Sir Paul has just announced another new solo album, which will be released next February. It features his old pal Eric Clapton on guitar and jazz singer Diana Krall.
During the writing process he admitted he still looks to his time with John Lennon for inspiration.
He said: "Sometimes when I am writing I look back and wonder what John would do, particularly with a sticky point if I think I'm going down the wrong track.
"What would we do if we were clever? I would think, stop. Okay, what might we do here? And sometimes it can give you a bit of a clue.
"The truth is though, the best songs kind of write themselves.

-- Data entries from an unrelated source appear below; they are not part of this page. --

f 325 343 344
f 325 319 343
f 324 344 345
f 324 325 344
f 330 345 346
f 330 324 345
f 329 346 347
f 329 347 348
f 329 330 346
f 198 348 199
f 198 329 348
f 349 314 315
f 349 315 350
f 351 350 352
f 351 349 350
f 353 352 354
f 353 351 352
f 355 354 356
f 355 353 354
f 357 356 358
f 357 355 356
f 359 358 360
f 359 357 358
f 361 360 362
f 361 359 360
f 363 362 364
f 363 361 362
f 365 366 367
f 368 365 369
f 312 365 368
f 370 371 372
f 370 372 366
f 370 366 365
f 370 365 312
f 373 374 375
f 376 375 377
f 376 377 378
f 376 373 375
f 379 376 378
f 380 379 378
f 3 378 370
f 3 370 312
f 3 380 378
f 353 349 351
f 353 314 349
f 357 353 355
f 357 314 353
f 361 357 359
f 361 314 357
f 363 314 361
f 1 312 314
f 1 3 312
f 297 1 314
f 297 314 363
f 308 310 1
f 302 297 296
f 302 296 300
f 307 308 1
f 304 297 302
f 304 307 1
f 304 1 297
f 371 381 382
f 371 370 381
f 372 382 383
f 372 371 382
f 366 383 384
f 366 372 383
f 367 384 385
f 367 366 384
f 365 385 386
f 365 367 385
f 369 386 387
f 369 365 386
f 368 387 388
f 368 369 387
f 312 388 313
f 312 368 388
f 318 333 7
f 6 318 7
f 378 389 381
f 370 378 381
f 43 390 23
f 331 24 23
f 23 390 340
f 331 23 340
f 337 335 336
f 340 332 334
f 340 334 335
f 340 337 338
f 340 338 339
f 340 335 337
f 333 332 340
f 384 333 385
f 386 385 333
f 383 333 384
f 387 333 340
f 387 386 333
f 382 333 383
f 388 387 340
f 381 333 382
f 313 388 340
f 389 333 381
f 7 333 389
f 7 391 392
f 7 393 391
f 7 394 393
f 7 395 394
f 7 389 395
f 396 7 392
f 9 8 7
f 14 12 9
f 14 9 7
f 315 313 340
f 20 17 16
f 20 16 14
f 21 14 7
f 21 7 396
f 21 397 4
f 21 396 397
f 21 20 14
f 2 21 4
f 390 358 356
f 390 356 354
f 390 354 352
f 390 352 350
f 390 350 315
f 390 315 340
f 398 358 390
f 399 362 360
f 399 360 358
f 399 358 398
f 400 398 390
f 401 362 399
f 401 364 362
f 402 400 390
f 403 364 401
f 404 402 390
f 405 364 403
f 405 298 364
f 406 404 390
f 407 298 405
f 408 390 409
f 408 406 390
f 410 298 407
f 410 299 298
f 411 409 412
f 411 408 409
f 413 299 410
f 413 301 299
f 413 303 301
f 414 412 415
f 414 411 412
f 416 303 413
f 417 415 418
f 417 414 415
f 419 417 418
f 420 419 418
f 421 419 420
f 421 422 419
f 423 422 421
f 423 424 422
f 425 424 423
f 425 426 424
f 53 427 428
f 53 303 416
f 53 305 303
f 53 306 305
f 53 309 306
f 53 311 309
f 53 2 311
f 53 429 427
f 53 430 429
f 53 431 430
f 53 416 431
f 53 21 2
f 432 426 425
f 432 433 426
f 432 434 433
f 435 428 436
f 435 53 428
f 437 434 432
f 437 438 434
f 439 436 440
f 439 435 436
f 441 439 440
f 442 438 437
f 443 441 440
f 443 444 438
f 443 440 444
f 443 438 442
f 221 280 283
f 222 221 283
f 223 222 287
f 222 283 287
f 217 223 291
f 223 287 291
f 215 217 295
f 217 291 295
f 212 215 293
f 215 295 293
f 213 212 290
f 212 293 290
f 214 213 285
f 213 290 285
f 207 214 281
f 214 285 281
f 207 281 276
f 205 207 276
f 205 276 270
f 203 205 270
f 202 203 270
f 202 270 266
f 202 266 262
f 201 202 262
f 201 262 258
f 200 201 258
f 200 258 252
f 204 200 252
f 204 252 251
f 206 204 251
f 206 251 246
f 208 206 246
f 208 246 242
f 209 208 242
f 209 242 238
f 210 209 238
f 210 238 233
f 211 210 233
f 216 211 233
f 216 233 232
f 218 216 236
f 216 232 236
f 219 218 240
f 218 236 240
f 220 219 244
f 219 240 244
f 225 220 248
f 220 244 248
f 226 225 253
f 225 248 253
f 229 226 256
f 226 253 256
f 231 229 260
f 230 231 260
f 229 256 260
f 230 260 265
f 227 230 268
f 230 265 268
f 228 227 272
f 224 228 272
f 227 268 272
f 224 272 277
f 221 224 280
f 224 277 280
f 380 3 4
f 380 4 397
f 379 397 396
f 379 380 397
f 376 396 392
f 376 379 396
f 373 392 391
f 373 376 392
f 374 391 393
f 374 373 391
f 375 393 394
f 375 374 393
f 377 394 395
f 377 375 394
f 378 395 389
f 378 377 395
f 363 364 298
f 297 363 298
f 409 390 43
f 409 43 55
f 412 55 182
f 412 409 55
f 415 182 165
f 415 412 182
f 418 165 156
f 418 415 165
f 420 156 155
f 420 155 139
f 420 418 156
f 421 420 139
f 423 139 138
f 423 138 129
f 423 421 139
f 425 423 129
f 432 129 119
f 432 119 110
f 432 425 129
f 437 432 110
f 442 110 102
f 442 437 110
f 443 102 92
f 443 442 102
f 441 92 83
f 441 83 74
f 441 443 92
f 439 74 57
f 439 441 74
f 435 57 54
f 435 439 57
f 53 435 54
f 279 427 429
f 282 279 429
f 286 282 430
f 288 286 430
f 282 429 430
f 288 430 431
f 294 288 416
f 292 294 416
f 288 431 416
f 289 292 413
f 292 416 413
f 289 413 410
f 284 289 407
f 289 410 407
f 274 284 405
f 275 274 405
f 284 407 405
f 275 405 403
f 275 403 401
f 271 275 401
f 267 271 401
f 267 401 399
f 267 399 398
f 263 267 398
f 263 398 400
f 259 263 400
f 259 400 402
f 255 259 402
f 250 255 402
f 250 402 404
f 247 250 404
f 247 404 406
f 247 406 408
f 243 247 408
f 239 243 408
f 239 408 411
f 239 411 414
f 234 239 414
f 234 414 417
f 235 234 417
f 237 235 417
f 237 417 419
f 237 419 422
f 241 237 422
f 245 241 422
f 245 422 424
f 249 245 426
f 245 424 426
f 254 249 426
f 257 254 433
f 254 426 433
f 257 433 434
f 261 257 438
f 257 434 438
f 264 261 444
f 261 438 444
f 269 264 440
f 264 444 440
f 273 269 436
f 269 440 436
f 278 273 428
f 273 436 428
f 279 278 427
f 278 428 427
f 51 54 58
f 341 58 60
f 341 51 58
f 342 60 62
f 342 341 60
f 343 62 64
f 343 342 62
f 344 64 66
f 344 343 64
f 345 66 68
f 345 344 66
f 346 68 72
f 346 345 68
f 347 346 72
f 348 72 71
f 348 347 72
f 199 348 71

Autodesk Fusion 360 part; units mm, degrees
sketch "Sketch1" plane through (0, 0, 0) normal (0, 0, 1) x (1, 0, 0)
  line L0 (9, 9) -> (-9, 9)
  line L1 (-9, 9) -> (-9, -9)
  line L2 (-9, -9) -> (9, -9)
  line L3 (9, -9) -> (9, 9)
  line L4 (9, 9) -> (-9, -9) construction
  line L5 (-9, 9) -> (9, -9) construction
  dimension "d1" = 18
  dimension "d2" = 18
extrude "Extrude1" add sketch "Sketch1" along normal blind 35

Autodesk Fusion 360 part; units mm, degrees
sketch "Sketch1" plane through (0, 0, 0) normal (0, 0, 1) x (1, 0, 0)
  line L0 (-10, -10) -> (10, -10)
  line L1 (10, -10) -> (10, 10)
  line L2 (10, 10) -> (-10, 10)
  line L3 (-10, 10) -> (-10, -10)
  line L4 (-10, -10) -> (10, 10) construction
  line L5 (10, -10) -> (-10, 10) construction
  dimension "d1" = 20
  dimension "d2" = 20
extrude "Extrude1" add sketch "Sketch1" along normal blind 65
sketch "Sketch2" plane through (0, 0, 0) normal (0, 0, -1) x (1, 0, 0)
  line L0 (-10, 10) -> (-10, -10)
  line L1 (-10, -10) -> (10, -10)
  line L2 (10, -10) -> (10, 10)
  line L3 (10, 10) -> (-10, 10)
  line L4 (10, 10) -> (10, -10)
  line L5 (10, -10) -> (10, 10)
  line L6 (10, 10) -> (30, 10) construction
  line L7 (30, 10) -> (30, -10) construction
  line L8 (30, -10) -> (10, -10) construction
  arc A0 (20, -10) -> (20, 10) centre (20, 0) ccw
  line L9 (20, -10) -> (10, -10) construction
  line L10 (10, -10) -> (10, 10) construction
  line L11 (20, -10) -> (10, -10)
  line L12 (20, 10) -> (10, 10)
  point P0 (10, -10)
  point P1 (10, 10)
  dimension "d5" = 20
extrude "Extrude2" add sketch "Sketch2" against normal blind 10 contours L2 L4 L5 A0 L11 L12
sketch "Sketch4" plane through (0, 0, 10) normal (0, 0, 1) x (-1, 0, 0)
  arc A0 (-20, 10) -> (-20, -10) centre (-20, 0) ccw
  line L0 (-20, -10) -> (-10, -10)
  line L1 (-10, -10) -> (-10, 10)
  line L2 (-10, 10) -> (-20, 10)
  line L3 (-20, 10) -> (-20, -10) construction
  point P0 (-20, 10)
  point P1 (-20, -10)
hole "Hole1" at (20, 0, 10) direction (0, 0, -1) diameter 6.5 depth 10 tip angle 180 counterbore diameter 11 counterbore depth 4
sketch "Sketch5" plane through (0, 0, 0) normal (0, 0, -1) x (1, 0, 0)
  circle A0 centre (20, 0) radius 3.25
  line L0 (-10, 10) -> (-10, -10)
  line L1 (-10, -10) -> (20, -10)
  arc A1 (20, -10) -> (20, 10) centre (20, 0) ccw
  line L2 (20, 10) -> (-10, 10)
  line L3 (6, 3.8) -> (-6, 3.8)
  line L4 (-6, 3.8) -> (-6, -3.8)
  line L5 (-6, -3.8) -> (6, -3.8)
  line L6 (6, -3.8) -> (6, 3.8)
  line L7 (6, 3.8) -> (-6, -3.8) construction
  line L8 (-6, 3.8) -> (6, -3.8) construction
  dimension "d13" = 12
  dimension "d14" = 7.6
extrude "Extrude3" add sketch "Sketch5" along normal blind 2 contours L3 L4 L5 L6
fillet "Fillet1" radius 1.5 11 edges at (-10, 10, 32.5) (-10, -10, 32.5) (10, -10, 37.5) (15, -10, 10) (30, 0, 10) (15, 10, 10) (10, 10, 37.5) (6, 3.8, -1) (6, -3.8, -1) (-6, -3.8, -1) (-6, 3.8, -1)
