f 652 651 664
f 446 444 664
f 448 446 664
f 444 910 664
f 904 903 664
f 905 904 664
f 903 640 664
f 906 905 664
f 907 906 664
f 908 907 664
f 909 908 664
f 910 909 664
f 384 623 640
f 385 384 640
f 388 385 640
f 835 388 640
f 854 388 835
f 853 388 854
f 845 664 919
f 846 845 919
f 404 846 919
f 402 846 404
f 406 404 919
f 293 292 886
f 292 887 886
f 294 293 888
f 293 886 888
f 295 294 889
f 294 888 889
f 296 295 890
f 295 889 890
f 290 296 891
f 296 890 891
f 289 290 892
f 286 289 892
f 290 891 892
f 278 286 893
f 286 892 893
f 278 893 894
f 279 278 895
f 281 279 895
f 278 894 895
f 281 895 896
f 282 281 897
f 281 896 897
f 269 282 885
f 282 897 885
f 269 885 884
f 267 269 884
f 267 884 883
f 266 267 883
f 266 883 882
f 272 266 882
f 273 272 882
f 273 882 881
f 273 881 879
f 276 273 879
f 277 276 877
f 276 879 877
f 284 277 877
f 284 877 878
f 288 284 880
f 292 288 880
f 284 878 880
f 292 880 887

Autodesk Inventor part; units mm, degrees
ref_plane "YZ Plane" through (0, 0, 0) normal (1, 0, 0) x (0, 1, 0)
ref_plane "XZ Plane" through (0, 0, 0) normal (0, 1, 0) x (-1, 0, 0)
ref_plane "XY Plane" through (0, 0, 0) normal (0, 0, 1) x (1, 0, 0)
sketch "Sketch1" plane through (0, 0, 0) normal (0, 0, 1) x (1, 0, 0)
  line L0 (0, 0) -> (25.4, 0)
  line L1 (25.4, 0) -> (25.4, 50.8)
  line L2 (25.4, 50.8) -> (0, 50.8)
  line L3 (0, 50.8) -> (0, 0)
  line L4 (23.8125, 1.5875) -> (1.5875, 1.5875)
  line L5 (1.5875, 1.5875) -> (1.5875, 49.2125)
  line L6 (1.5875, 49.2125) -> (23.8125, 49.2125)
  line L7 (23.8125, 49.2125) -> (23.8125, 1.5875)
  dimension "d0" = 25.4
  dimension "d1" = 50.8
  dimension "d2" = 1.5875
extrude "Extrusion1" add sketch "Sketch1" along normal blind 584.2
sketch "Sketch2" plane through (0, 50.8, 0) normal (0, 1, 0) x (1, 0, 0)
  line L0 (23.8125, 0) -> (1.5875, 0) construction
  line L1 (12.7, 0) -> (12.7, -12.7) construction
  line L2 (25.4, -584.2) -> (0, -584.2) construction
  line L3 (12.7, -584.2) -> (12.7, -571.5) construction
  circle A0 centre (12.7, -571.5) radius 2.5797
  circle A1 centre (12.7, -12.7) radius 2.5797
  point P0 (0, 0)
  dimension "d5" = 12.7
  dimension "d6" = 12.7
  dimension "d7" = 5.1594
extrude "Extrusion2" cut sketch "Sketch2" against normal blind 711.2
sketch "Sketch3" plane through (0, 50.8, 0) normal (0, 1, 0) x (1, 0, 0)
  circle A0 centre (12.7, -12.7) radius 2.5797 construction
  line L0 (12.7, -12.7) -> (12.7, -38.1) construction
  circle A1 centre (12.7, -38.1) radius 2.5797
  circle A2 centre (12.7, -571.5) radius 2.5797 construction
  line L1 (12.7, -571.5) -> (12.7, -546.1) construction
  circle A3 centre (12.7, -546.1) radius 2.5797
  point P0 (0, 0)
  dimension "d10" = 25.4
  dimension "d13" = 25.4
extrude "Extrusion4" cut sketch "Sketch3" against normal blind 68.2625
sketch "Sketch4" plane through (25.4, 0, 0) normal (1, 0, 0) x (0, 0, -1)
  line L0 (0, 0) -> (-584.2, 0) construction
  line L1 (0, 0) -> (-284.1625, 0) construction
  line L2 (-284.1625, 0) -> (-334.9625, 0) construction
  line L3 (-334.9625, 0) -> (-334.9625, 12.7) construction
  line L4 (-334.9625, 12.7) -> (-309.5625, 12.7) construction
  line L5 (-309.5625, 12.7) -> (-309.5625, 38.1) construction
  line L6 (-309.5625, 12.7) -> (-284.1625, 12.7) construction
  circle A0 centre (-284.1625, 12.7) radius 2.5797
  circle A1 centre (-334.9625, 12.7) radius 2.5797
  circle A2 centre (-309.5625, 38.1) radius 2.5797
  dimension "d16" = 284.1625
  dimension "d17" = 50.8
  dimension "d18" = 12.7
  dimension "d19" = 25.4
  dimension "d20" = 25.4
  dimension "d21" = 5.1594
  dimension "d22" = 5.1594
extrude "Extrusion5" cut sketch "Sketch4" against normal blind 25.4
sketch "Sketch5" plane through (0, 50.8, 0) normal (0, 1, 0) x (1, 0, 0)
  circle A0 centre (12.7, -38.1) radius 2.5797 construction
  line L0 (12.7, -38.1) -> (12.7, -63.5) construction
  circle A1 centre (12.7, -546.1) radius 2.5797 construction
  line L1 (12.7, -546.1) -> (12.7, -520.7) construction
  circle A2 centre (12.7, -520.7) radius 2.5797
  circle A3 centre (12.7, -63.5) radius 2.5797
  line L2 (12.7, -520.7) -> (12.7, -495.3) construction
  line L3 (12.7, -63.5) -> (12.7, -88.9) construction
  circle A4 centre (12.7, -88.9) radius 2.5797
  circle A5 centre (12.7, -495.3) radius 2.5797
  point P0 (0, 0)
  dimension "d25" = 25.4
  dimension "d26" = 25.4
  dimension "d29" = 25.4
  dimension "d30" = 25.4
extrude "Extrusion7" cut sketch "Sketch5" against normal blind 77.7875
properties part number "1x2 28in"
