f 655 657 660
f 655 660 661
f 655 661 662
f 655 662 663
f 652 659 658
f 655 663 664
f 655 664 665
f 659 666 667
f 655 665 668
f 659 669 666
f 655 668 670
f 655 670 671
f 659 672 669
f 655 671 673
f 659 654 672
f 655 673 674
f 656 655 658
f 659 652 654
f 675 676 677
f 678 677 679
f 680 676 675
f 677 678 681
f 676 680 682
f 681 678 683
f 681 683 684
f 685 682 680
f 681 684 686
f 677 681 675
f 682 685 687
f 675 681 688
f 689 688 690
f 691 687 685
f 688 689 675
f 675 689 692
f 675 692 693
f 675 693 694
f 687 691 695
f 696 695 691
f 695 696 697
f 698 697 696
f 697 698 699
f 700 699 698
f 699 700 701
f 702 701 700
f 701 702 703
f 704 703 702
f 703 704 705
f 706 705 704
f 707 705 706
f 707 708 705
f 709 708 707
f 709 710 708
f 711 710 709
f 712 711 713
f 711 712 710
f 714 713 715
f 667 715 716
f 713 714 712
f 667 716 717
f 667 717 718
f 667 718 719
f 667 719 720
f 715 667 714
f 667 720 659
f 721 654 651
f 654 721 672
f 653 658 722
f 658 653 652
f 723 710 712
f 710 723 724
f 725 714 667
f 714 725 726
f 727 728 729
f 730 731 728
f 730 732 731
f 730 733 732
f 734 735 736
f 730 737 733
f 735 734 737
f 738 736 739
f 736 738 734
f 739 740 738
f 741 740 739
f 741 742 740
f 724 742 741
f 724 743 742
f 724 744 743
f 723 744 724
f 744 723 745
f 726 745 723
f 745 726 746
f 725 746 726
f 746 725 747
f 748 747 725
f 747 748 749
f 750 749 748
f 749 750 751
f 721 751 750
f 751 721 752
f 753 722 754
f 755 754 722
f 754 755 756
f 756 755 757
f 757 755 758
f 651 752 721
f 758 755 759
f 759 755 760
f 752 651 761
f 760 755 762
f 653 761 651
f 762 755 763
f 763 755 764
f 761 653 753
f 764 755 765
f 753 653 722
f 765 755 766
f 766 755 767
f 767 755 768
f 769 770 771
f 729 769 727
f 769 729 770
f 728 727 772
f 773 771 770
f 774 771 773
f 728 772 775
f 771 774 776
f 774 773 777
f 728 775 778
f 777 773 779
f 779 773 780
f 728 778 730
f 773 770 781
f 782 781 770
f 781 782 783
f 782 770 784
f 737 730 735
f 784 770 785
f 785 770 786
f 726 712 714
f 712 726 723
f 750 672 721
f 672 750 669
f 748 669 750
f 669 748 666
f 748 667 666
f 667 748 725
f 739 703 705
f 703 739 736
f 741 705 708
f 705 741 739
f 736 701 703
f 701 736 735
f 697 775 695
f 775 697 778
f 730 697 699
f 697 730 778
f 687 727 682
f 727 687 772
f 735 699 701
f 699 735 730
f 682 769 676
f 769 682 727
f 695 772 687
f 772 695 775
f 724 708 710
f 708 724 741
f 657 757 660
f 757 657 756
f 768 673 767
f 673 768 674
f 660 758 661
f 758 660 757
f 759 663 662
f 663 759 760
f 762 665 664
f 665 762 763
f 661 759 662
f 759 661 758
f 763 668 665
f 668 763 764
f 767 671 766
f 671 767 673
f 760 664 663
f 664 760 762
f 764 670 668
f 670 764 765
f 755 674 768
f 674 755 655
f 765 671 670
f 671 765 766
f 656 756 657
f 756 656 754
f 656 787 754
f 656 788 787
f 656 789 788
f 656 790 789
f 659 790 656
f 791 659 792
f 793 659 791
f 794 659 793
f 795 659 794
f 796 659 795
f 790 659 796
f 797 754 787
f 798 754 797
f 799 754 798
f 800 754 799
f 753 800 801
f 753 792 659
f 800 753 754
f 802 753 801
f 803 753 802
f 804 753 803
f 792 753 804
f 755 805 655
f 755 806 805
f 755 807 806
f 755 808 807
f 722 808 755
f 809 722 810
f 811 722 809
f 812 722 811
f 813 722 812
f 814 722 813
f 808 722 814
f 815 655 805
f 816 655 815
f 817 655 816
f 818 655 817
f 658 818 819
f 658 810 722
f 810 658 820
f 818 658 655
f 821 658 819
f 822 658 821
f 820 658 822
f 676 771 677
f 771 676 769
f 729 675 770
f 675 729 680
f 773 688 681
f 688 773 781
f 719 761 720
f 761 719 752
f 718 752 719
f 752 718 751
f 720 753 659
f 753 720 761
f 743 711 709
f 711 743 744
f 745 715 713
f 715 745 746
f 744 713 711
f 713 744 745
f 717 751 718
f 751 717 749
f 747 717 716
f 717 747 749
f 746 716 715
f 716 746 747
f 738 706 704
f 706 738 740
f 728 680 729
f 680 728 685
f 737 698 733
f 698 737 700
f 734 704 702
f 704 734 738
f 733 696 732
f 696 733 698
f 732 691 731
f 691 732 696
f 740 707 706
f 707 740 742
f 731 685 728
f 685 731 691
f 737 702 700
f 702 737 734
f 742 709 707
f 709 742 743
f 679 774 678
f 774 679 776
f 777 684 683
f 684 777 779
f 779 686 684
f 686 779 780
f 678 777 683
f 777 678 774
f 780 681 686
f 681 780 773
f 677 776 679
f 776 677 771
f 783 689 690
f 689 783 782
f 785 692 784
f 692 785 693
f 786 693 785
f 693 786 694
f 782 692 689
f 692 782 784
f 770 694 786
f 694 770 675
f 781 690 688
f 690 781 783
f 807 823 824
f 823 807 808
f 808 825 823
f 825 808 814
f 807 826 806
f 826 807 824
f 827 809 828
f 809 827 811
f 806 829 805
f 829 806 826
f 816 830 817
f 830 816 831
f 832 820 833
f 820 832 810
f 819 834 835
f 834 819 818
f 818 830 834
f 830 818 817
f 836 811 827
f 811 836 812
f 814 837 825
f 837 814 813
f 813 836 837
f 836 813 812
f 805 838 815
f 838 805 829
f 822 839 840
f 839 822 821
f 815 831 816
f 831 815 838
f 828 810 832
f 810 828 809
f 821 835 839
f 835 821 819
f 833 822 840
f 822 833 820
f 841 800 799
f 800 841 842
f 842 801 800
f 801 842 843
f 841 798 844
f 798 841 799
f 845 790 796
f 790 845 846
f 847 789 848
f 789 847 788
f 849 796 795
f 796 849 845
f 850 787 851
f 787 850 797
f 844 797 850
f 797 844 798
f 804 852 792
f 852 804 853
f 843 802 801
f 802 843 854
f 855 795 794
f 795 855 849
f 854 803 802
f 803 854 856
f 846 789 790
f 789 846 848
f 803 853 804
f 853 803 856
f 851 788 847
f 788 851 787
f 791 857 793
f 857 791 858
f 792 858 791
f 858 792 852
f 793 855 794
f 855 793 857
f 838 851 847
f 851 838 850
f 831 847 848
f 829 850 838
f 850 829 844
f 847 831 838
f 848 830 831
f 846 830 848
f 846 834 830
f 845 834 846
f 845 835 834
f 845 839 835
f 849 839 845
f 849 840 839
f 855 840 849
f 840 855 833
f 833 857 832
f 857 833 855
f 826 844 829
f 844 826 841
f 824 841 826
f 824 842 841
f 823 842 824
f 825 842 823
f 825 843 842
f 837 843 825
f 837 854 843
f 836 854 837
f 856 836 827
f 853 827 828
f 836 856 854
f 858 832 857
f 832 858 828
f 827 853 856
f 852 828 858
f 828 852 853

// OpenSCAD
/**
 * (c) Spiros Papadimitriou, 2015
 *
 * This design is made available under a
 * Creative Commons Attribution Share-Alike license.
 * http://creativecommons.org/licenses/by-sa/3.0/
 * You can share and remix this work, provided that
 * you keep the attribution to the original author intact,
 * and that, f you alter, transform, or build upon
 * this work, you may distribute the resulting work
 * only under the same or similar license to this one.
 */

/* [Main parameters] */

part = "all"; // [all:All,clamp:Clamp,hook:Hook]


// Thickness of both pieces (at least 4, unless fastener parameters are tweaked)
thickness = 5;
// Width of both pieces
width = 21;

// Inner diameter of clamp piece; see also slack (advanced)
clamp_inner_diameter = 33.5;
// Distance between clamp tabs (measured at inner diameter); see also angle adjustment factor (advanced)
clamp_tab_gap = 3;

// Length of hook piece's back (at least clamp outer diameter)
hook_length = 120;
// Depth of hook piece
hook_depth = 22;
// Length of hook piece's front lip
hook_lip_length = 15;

So if it's going well it just tumbles out and you don't need the second opinion.
"But if it gets a bit sticky, I do think, 'Imagine we are sitting down at John's place, diddle-do' and most of it is printable."
With a new album on the way it almost guarantees more concerts in the future.
It's sad to think that one day Sir Paul won't be able to go on stage and entertain millions. But any suggestion that he is hanging up his famous Höfner bass soon is well wide of the mark.
He said: "The thing is, it started a few years ago. Some DJ — normally in America — would say, 'I hear this is going to be your last tour.'
"I always say, 'Where did you hear that from?'
"Then we suspected it might be unscrupulous promoters trying to sell tickets off the back of it being my last tour.